*Data:*
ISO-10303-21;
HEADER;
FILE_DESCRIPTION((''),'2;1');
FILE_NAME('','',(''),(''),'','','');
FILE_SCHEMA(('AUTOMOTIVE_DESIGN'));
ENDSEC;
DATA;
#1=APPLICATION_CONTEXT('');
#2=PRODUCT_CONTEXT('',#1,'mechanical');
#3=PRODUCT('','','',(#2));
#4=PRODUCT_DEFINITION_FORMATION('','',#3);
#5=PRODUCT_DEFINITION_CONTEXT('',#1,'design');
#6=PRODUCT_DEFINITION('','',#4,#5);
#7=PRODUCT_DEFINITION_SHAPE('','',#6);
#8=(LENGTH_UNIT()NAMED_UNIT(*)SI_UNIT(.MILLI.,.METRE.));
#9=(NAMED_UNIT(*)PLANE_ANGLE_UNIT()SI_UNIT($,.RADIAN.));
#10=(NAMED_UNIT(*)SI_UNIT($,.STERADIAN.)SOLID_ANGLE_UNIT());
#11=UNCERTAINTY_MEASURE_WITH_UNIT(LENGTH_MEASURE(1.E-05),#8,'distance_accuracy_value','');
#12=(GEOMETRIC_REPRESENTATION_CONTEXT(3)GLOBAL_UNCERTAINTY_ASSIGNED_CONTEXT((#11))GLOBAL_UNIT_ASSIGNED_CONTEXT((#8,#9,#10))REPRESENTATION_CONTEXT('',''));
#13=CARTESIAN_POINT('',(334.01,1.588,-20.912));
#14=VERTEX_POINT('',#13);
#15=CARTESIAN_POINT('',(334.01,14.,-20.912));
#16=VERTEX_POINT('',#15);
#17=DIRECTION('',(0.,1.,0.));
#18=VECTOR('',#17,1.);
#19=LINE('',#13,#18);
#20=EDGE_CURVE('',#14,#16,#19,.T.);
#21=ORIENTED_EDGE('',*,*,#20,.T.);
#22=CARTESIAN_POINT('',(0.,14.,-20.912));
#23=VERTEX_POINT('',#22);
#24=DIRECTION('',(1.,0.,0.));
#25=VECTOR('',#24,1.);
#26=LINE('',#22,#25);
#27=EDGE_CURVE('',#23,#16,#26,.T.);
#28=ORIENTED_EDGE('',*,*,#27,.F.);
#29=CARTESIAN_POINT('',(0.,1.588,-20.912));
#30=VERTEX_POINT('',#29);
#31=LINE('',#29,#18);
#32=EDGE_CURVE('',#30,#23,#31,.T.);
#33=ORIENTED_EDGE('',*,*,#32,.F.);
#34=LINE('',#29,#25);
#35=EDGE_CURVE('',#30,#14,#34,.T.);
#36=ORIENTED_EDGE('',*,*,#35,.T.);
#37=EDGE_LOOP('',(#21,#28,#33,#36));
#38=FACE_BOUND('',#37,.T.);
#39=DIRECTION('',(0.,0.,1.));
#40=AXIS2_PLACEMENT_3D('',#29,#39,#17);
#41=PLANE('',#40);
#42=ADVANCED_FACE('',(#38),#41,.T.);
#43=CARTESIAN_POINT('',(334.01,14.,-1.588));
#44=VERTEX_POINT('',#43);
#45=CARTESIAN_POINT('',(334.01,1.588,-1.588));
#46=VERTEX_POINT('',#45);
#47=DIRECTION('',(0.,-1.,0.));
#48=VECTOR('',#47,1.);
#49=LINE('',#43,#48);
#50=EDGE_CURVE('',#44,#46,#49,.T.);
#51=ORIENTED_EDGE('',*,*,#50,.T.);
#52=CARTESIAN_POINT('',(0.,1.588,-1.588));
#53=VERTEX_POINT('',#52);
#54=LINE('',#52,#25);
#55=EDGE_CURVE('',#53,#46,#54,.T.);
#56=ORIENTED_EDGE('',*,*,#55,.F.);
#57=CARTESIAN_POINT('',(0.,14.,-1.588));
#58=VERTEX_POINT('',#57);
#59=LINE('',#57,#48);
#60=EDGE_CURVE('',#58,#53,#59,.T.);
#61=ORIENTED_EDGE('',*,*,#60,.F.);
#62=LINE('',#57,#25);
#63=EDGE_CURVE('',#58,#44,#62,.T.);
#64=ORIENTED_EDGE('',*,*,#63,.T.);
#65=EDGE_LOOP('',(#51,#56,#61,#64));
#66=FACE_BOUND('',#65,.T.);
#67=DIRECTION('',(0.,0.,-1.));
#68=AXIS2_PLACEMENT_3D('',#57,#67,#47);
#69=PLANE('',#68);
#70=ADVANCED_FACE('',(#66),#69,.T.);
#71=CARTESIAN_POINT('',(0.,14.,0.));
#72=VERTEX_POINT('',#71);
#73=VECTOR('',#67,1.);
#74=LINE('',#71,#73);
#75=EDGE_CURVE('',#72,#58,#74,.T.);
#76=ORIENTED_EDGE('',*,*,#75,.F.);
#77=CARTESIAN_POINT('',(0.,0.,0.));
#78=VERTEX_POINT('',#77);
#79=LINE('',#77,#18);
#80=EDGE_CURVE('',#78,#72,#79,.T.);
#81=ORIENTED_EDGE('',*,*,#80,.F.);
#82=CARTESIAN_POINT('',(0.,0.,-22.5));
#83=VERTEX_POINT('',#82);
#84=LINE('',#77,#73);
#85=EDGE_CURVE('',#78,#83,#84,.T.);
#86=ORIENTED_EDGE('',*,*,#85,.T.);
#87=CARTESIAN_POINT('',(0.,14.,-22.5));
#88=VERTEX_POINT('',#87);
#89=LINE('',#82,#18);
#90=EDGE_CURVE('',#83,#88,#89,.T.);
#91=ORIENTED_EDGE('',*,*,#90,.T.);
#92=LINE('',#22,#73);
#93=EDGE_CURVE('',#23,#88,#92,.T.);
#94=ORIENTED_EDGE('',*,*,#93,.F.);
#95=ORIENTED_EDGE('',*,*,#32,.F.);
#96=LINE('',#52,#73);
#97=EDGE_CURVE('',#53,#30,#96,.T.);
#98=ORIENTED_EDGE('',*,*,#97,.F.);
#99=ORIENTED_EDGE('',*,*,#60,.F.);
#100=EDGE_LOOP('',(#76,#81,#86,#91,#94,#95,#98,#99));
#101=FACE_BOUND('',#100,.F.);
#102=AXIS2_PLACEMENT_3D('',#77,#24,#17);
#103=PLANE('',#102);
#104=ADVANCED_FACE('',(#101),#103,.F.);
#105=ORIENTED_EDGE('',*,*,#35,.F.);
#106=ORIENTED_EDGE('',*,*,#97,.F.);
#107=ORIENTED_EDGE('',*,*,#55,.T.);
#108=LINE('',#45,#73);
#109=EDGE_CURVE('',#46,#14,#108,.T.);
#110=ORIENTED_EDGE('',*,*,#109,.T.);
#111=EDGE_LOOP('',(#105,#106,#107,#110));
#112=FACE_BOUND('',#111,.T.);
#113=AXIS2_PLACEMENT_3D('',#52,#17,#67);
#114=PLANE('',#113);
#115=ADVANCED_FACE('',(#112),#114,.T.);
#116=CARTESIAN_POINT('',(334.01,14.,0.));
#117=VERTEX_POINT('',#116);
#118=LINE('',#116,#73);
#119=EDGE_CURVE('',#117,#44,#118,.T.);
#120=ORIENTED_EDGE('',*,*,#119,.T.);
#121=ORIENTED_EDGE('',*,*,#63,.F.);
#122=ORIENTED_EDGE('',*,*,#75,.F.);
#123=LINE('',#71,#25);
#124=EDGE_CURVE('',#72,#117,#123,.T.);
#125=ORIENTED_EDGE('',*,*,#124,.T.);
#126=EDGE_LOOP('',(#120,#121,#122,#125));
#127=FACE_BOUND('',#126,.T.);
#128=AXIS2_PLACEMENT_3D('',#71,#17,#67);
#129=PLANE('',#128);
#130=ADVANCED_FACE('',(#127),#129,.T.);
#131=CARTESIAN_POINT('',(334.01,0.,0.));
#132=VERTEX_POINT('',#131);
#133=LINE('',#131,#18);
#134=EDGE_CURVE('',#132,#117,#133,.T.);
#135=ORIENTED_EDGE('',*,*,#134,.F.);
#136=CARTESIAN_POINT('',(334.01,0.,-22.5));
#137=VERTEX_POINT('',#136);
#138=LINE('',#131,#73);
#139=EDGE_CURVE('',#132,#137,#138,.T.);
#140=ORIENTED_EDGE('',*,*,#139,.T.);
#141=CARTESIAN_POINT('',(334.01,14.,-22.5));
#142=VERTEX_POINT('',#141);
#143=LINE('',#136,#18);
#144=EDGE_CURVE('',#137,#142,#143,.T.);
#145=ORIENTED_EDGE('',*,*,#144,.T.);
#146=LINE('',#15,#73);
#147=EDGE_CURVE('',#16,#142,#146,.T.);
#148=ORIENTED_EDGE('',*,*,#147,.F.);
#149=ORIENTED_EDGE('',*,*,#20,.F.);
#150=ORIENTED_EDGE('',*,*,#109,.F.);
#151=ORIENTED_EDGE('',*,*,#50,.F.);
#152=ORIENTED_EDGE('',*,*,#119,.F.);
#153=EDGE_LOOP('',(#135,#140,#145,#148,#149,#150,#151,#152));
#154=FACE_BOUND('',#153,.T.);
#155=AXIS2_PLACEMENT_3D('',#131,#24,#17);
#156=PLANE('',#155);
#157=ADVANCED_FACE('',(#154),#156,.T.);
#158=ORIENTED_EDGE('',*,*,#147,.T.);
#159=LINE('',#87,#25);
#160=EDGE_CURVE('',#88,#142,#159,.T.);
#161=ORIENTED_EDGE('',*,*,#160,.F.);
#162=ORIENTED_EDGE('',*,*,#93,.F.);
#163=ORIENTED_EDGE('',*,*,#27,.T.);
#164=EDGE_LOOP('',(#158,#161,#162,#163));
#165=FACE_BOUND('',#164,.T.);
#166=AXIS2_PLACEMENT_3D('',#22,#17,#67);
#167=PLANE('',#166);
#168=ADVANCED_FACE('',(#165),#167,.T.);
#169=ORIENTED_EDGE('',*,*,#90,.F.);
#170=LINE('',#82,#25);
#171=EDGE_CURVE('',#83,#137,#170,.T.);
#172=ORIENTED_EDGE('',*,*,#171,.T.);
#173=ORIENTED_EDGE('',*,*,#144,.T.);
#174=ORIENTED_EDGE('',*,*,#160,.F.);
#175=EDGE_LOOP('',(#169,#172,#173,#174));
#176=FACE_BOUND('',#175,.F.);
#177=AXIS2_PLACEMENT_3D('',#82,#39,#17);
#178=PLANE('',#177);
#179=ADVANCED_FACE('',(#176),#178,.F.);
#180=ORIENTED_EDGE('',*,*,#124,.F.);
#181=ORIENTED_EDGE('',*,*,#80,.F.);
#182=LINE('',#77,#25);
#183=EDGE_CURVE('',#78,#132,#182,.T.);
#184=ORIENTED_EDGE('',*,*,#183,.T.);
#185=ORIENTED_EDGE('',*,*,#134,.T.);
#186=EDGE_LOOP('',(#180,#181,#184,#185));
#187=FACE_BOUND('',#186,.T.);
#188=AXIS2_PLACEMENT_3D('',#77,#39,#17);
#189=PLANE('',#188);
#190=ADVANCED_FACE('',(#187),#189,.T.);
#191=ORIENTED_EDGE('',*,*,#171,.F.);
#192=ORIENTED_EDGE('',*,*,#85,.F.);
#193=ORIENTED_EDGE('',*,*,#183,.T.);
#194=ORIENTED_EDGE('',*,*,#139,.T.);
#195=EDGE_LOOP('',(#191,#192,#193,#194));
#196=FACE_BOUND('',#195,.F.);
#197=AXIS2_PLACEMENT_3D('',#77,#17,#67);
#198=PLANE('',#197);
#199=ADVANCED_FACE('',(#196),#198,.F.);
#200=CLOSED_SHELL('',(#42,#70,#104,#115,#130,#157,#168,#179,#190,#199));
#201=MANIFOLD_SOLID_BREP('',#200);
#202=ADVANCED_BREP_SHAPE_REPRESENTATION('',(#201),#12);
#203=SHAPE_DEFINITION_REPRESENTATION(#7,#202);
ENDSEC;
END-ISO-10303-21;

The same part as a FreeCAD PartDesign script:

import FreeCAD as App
import Part
import Sketcher
from FreeCAD import Vector
Q = App.Units.Quantity


def add_polygon(sketch, points):
    """Adds a closed chain of lines whose ends are joined by coincident constraints."""
    first, n = sketch.GeometryCount, len(points)
    for a, b in zip(points, points[1:] + points[:1]):
        sketch.addGeometry(Part.LineSegment(App.Vector(*a, 0), App.Vector(*b, 0)), False)
    for i in range(n):
        sketch.addConstraint(Sketcher.Constraint("Coincident", first + i, 2, first + (i + 1) % n, 1))

doc = App.newDocument("Part")
body = doc.addObject("PartDesign::Body", "Body")

# Sketch on YZ plane
sketch1 = body.newObject("Sketcher::SketchObject", "Sketch")
sketch1.AttachmentSupport = (doc.getObject("YZ_Plane"), [""])
sketch1.MapMode = "FlatFace"
add_polygon(sketch1, [(14, 0), (0, 0), (0, -22.5), (14, -22.5), (14, -20.9), (1.6, -20.9), (1.6, -1.6), (14, -1.6)])  # lines 0-7
sketch1.addConstraint(Sketcher.Constraint("Horizontal", 0))
sketch1.addConstraint(Sketcher.Constraint("Vertical", 1))
sketch1.addConstraint(Sketcher.Constraint("Horizontal", 2))
sketch1.addConstraint(Sketcher.Constraint("Vertical", 3))
sketch1.addConstraint(Sketcher.Constraint("Horizontal", 4))
sketch1.addConstraint(Sketcher.Constraint("Vertical", 5))
sketch1.addConstraint(Sketcher.Constraint("Horizontal", 6))
sketch1.addConstraint(Sketcher.Constraint("Vertical", 7))
sketch1.addConstraint(Sketcher.Constraint("Coincident", 0, 2, -1, 1))
sketch1.addConstraint(Sketcher.Constraint("Vertical", 3, 2, 6, 2))
sketch1.addConstraint(Sketcher.Constraint("Equal", 3, 7))
sketch1.addConstraint(Sketcher.Constraint("DistanceX", 0, 2, 0, 1, Q("14 mm")))
sketch1.addConstraint(Sketcher.Constraint("DistanceY", 1, 2, 1, 1, Q("22.5 mm")))
sketch1.addConstraint(Sketcher.Constraint("DistanceX", 4, 2, 4, 1, Q("12.412 mm")))
sketch1.addConstraint(Sketcher.Constraint("DistanceY", 3, 1, 3, 2, Q("1.588 mm")))
pad1 = body.newObject("PartDesign::Pad", "Pad")
pad1.Profile = sketch1
pad1.Length = 334.01

doc.recompute()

*Work to complete:* Lines to set down from above: the line with "#178=PLANE('',#177);", the line with "#185=ORIENTED_EDGE('',*,*,#134,.T.);", and every line between, each exactly as written.

*Exercise answer:*
#178=PLANE('',#177);
#179=ADVANCED_FACE('',(#176),#178,.F.);
#180=ORIENTED_EDGE('',*,*,#124,.F.);
#181=ORIENTED_EDGE('',*,*,#80,.F.);
#182=LINE('',#77,#25);
#183=EDGE_CURVE('',#78,#132,#182,.T.);
#184=ORIENTED_EDGE('',*,*,#183,.T.);
#185=ORIENTED_EDGE('',*,*,#134,.T.);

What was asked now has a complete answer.